The good, the very good
All of this may make it sound like I’m bitter, but I’m not. I absolutely love my work. The Julia Group side provides me the opportunity to work on a variety of data analysis and programming problems that fascinate me. Many of my clients I have worked with ten years or more. They have followed me from one company to another. Great people, interesting work, good money.
But wait, there’s more. Our newest venture, the start-up, 7 Generation Games, has the potential to change the way math is taught and learned. We’ve received over $570,000 in external funding so far which has allowed us to give people jobs, provide the game free to low-income schools and it is having an impact on children’s academic achievement. Every day I learn something new.
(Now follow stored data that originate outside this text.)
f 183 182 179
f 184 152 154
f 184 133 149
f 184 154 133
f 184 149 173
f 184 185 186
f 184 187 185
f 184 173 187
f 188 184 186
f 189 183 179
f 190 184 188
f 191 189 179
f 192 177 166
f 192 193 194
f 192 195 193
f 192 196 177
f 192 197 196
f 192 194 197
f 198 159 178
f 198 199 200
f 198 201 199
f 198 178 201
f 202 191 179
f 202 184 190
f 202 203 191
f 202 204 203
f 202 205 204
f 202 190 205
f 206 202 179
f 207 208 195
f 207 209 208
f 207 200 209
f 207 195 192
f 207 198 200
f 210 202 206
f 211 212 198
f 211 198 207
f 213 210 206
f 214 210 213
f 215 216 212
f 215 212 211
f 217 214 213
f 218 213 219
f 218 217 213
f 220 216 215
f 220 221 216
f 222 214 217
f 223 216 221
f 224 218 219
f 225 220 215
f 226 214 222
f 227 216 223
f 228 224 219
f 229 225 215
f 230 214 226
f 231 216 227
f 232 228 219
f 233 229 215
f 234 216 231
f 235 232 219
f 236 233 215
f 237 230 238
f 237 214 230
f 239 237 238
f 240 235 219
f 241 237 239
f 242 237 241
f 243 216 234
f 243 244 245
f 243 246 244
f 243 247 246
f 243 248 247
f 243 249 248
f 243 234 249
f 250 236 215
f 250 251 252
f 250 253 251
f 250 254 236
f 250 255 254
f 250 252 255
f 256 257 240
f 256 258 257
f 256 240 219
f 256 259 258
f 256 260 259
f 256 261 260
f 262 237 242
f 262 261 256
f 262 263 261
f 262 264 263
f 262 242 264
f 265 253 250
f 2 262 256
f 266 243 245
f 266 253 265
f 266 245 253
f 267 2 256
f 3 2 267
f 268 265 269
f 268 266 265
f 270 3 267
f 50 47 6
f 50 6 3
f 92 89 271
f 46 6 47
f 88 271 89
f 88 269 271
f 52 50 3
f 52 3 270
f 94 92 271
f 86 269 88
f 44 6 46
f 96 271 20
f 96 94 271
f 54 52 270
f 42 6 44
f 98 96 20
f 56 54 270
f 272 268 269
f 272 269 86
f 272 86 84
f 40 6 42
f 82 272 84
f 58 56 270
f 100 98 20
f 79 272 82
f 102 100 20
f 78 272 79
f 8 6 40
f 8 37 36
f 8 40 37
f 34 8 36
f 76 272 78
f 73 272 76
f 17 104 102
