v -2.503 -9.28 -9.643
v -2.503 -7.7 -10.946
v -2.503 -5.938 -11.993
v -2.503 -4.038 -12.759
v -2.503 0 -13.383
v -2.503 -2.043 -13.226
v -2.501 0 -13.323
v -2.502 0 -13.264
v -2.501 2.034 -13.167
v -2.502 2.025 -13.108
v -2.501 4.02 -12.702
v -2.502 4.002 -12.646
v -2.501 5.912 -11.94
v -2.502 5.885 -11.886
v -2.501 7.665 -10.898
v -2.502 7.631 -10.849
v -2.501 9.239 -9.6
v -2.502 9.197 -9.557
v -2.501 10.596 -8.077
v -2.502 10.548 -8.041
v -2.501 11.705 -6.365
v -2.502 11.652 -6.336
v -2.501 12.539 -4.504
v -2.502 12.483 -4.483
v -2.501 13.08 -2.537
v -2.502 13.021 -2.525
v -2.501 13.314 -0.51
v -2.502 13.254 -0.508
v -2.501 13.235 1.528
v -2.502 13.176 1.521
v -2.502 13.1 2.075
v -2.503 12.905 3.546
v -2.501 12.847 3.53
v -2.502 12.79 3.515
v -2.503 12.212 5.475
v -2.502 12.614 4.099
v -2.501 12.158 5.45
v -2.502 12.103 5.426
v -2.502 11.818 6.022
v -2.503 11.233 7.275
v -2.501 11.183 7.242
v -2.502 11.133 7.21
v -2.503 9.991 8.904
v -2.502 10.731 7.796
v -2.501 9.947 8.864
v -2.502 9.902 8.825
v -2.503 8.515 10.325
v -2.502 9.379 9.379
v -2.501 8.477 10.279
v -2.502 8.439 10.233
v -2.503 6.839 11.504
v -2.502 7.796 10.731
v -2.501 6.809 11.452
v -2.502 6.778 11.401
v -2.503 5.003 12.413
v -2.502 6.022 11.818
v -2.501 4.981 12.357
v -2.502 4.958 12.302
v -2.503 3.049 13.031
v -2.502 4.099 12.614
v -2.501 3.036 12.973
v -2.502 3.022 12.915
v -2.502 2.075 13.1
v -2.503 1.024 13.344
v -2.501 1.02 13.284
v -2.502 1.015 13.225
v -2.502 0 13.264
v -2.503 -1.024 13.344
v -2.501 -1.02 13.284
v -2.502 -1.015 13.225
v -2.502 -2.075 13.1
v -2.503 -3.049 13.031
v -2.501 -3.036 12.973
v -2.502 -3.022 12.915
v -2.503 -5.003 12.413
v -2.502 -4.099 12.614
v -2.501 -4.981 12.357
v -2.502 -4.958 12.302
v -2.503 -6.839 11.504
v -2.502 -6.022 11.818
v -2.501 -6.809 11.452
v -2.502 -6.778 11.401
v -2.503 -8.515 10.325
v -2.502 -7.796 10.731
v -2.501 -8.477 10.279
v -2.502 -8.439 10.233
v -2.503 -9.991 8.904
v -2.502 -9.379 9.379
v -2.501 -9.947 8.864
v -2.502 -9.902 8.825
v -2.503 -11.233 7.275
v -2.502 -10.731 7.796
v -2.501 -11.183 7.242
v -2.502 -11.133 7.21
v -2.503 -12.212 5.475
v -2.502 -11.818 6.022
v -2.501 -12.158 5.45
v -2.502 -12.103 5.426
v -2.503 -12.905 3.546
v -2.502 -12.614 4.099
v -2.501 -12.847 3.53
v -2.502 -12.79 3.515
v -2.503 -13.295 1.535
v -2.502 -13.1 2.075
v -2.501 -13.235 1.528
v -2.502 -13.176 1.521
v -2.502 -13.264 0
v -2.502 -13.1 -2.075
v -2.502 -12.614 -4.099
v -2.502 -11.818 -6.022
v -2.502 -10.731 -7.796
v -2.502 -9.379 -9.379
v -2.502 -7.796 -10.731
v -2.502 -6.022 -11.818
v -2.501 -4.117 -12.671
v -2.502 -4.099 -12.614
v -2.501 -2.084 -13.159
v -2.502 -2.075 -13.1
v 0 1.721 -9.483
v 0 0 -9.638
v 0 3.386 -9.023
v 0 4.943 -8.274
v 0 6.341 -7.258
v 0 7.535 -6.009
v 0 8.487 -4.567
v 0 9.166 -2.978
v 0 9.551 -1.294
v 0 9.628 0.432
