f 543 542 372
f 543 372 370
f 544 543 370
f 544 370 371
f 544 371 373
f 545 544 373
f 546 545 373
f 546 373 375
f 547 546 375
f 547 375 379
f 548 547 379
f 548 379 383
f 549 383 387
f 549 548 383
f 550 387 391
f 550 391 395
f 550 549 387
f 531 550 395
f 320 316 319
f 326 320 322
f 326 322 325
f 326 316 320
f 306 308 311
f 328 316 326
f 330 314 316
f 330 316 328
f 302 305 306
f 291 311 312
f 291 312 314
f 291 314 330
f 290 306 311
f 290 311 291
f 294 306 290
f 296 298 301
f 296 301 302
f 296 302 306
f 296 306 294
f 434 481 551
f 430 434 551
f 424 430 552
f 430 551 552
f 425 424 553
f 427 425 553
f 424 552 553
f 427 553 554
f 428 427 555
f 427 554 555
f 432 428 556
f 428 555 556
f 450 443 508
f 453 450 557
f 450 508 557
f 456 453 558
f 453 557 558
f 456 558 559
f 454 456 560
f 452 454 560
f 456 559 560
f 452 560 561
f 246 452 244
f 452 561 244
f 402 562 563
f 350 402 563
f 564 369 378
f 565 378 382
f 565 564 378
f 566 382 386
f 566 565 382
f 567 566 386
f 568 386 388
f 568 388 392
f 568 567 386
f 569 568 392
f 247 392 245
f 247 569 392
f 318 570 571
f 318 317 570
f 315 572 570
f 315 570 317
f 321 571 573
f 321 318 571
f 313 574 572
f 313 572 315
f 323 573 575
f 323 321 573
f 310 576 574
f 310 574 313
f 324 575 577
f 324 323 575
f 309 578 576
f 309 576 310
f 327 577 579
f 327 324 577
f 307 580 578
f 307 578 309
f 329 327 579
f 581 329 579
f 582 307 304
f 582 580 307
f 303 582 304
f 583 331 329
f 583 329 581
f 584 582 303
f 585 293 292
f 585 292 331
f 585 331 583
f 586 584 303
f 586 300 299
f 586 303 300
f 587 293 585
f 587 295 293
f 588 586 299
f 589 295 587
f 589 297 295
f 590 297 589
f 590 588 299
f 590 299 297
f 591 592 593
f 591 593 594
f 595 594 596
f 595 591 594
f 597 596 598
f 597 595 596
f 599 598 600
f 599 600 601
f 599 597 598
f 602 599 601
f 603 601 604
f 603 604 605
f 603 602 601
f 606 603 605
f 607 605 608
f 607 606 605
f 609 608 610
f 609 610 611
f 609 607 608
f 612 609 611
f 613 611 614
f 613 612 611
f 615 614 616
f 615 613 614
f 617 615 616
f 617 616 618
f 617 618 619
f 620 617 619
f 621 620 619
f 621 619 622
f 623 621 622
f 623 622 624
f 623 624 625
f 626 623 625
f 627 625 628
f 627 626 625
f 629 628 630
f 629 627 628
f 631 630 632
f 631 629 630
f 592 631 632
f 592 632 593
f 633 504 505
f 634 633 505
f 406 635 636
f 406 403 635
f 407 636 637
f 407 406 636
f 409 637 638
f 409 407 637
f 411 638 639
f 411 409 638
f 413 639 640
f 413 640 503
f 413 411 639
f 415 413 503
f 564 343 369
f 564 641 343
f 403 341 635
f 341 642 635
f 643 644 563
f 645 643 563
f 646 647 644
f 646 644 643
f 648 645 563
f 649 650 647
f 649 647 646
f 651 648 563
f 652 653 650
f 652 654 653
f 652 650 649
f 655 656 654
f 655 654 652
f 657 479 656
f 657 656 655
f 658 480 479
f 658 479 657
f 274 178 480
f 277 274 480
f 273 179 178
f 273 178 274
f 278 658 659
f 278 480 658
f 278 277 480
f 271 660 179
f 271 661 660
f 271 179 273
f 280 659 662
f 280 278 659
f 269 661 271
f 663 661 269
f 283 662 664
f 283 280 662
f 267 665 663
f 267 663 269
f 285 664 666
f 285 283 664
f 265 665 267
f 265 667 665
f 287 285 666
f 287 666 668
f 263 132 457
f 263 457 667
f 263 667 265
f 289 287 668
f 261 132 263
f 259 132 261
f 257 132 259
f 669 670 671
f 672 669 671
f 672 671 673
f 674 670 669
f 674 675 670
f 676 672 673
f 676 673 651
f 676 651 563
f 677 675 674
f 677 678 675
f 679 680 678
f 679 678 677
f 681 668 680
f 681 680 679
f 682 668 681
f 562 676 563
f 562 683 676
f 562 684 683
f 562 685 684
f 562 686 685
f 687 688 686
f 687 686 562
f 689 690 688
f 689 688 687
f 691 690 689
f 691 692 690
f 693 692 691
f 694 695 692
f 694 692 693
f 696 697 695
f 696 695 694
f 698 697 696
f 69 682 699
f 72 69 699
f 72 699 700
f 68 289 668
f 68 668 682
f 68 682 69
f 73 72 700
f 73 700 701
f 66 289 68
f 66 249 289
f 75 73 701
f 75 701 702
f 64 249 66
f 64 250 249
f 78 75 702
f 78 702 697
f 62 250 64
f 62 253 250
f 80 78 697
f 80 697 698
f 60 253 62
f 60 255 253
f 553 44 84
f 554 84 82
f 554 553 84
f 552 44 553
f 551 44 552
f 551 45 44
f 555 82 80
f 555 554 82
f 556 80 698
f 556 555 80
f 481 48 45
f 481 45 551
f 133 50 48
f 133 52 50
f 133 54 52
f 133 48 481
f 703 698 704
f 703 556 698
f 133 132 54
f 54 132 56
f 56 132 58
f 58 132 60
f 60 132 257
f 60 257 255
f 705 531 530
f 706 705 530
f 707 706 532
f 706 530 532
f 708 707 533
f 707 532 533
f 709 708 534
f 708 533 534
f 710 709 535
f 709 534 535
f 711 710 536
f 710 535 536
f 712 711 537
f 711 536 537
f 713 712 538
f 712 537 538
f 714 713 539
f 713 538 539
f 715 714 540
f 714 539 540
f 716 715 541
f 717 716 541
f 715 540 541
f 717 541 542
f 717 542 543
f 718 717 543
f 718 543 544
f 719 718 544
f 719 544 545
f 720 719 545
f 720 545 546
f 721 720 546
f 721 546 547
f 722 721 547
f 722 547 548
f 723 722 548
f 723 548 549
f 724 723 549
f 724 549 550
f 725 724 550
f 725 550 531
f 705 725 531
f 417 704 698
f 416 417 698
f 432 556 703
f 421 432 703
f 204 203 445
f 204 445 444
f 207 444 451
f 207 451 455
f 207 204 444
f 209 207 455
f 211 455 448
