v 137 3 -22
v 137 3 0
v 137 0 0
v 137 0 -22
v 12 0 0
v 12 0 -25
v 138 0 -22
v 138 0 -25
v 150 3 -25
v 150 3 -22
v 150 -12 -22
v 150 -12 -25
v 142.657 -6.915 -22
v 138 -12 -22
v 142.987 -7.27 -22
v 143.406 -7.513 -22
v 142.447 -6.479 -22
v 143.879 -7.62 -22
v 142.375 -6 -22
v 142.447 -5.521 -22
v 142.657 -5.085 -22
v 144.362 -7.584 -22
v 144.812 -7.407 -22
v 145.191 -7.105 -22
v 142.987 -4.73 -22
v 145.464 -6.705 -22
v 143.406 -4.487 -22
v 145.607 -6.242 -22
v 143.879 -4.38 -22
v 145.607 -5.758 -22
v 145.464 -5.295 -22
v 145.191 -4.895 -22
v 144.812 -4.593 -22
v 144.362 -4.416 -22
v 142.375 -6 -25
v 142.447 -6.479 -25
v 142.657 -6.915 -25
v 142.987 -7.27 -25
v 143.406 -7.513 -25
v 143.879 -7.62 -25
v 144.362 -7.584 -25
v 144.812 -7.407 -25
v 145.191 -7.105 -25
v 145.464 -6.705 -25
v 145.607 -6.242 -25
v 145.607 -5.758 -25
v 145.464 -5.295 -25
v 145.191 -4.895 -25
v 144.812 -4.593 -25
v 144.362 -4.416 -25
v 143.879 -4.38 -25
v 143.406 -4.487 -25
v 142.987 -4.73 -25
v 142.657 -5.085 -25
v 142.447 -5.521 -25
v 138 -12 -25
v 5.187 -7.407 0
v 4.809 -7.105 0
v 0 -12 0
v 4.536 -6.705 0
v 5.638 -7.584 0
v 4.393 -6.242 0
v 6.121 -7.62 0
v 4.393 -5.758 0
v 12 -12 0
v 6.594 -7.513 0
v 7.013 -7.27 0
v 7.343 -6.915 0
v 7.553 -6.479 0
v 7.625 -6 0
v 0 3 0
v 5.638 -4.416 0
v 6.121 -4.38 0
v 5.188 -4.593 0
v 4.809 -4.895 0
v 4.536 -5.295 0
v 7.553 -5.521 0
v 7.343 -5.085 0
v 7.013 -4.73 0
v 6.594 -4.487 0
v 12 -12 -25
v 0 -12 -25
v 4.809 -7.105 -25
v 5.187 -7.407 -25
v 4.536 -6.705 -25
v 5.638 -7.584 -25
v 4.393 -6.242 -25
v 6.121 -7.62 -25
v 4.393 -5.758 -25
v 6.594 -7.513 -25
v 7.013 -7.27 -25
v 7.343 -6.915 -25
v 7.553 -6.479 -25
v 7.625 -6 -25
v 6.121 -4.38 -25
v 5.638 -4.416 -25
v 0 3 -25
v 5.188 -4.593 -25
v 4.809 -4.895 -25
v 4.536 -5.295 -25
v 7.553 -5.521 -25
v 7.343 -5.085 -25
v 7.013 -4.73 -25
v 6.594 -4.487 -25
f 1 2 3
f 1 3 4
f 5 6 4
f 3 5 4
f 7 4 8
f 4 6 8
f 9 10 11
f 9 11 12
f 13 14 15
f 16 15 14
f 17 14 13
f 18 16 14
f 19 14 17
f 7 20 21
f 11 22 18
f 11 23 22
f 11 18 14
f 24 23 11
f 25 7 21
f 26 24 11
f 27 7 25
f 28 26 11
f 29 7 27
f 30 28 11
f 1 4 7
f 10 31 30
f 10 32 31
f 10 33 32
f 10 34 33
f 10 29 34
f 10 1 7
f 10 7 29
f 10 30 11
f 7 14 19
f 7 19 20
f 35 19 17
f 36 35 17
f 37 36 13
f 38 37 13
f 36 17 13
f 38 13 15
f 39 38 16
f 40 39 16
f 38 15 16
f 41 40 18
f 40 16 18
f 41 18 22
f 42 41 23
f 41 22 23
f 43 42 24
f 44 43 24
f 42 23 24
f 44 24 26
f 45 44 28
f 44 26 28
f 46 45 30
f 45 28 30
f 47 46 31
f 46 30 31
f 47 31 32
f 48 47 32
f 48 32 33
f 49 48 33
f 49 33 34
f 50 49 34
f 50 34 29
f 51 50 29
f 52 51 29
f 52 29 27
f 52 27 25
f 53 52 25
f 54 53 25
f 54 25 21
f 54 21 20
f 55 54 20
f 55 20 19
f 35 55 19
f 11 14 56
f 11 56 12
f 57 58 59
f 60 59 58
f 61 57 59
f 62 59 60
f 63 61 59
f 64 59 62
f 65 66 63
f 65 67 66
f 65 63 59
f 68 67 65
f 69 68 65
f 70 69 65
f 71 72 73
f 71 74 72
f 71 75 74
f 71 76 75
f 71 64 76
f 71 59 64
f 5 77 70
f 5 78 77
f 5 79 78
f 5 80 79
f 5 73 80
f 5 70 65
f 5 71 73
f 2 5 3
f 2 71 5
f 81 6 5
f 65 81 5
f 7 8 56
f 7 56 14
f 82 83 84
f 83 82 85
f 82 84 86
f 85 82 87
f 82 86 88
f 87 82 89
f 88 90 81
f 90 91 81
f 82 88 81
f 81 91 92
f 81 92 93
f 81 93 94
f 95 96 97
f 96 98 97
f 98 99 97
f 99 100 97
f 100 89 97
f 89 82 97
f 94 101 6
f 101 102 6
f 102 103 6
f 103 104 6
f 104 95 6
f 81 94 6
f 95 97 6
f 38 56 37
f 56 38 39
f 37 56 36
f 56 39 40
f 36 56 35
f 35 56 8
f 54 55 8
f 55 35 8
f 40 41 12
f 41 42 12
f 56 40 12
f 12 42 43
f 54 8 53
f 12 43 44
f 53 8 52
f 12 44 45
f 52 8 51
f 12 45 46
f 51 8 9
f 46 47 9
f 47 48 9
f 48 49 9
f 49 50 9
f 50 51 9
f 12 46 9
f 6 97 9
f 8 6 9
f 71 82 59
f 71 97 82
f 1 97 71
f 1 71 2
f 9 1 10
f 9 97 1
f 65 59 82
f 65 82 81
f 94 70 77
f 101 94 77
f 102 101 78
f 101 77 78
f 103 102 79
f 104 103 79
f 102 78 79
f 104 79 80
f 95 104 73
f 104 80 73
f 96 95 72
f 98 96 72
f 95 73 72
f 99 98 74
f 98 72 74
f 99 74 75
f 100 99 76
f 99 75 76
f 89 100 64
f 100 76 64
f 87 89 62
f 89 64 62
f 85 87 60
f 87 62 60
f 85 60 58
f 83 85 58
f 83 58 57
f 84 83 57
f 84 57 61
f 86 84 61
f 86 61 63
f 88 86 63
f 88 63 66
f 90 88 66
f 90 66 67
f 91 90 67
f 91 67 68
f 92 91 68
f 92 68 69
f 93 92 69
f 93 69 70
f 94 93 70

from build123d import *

# Parameters (mm, degrees)
SKETCH1_W           = 150
SKETCH1_H           = 25
BOSS_EXTRUDE1_DEPTH = 3
SKETCH2_W           = 12
SKETCH2_H           = 25
BOSS_EXTRUDE2_DEPTH = 12
SKETCH4_R           = 1.625
CUT_EXTRUDE1_DEPTH  = 153.541797551
SKETCH5_W           = 13
SKETCH5_H           = 22
CUT_EXTRUDE2_DEPTH  = 153.807067899


with BuildPart() as part:
    # Sketch1 → Boss-Extrude1 (new body)
    with BuildSketch(Plane(origin=(0, 0, 0), x_dir=(1, 0, 0), z_dir=(0, 1, 0))):
        with Locations((75, 12.5)):
            Rectangle(SKETCH1_W, SKETCH1_H)
    extrude(amount=BOSS_EXTRUDE1_DEPTH)

    # Sketch2 → Boss-Extrude2 (add)
    with BuildSketch(Plane.XZ):
        with Locations((6, -12.5)):
            Rectangle(SKETCH2_W, SKETCH2_H)
        with Locations((144, -12.5)):
            Rectangle(SKETCH2_W, SKETCH2_H)
    extrude(amount=BOSS_EXTRUDE2_DEPTH)

    # Sketch4 → Cut-Extrude1 (cut, through all)
    with BuildSketch(Plane.XY):
        with Locations((6, -6)):
            Circle(SKETCH4_R)
        with Locations(Location((144, -6, 0), (0, 0, 180))):
            Circle(SKETCH4_R)
    extrude(amount=-CUT_EXTRUDE1_DEPTH, mode=Mode.SUBTRACT)

    # Sketch5 → Cut-Extrude2 (cut, through all)
    with BuildSketch(Plane(origin=(0, 3, 0), x_dir=(1, 0, 0), z_dir=(0, 1, 0))):
        with Locations((143.5, 11)):
            Rectangle(SKETCH5_W, SKETCH5_H)
    extrude(amount=-CUT_EXTRUDE2_DEPTH, mode=Mode.SUBTRACT)


solid = part.part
I telecommute most of the time. I travel a lot, which I don’t really mind. Because we have a wide range of clients, I work with all different operating systems. My work is fun, challenging, profitable, does good in the world – and I don’t get up before 10 a.m.
Do I think I would have gotten the same opportunities if I hadn’t gone out and started my own company? Certainly not.
So, yes, being a woman in tech is good, very, very good. Just don’t believe the bullshit of 90% of those people who say they are trying to promote women in tech, recognize that you’ll have to work twice as hard, and yeah, it probably helps if you’re a psycho bitch.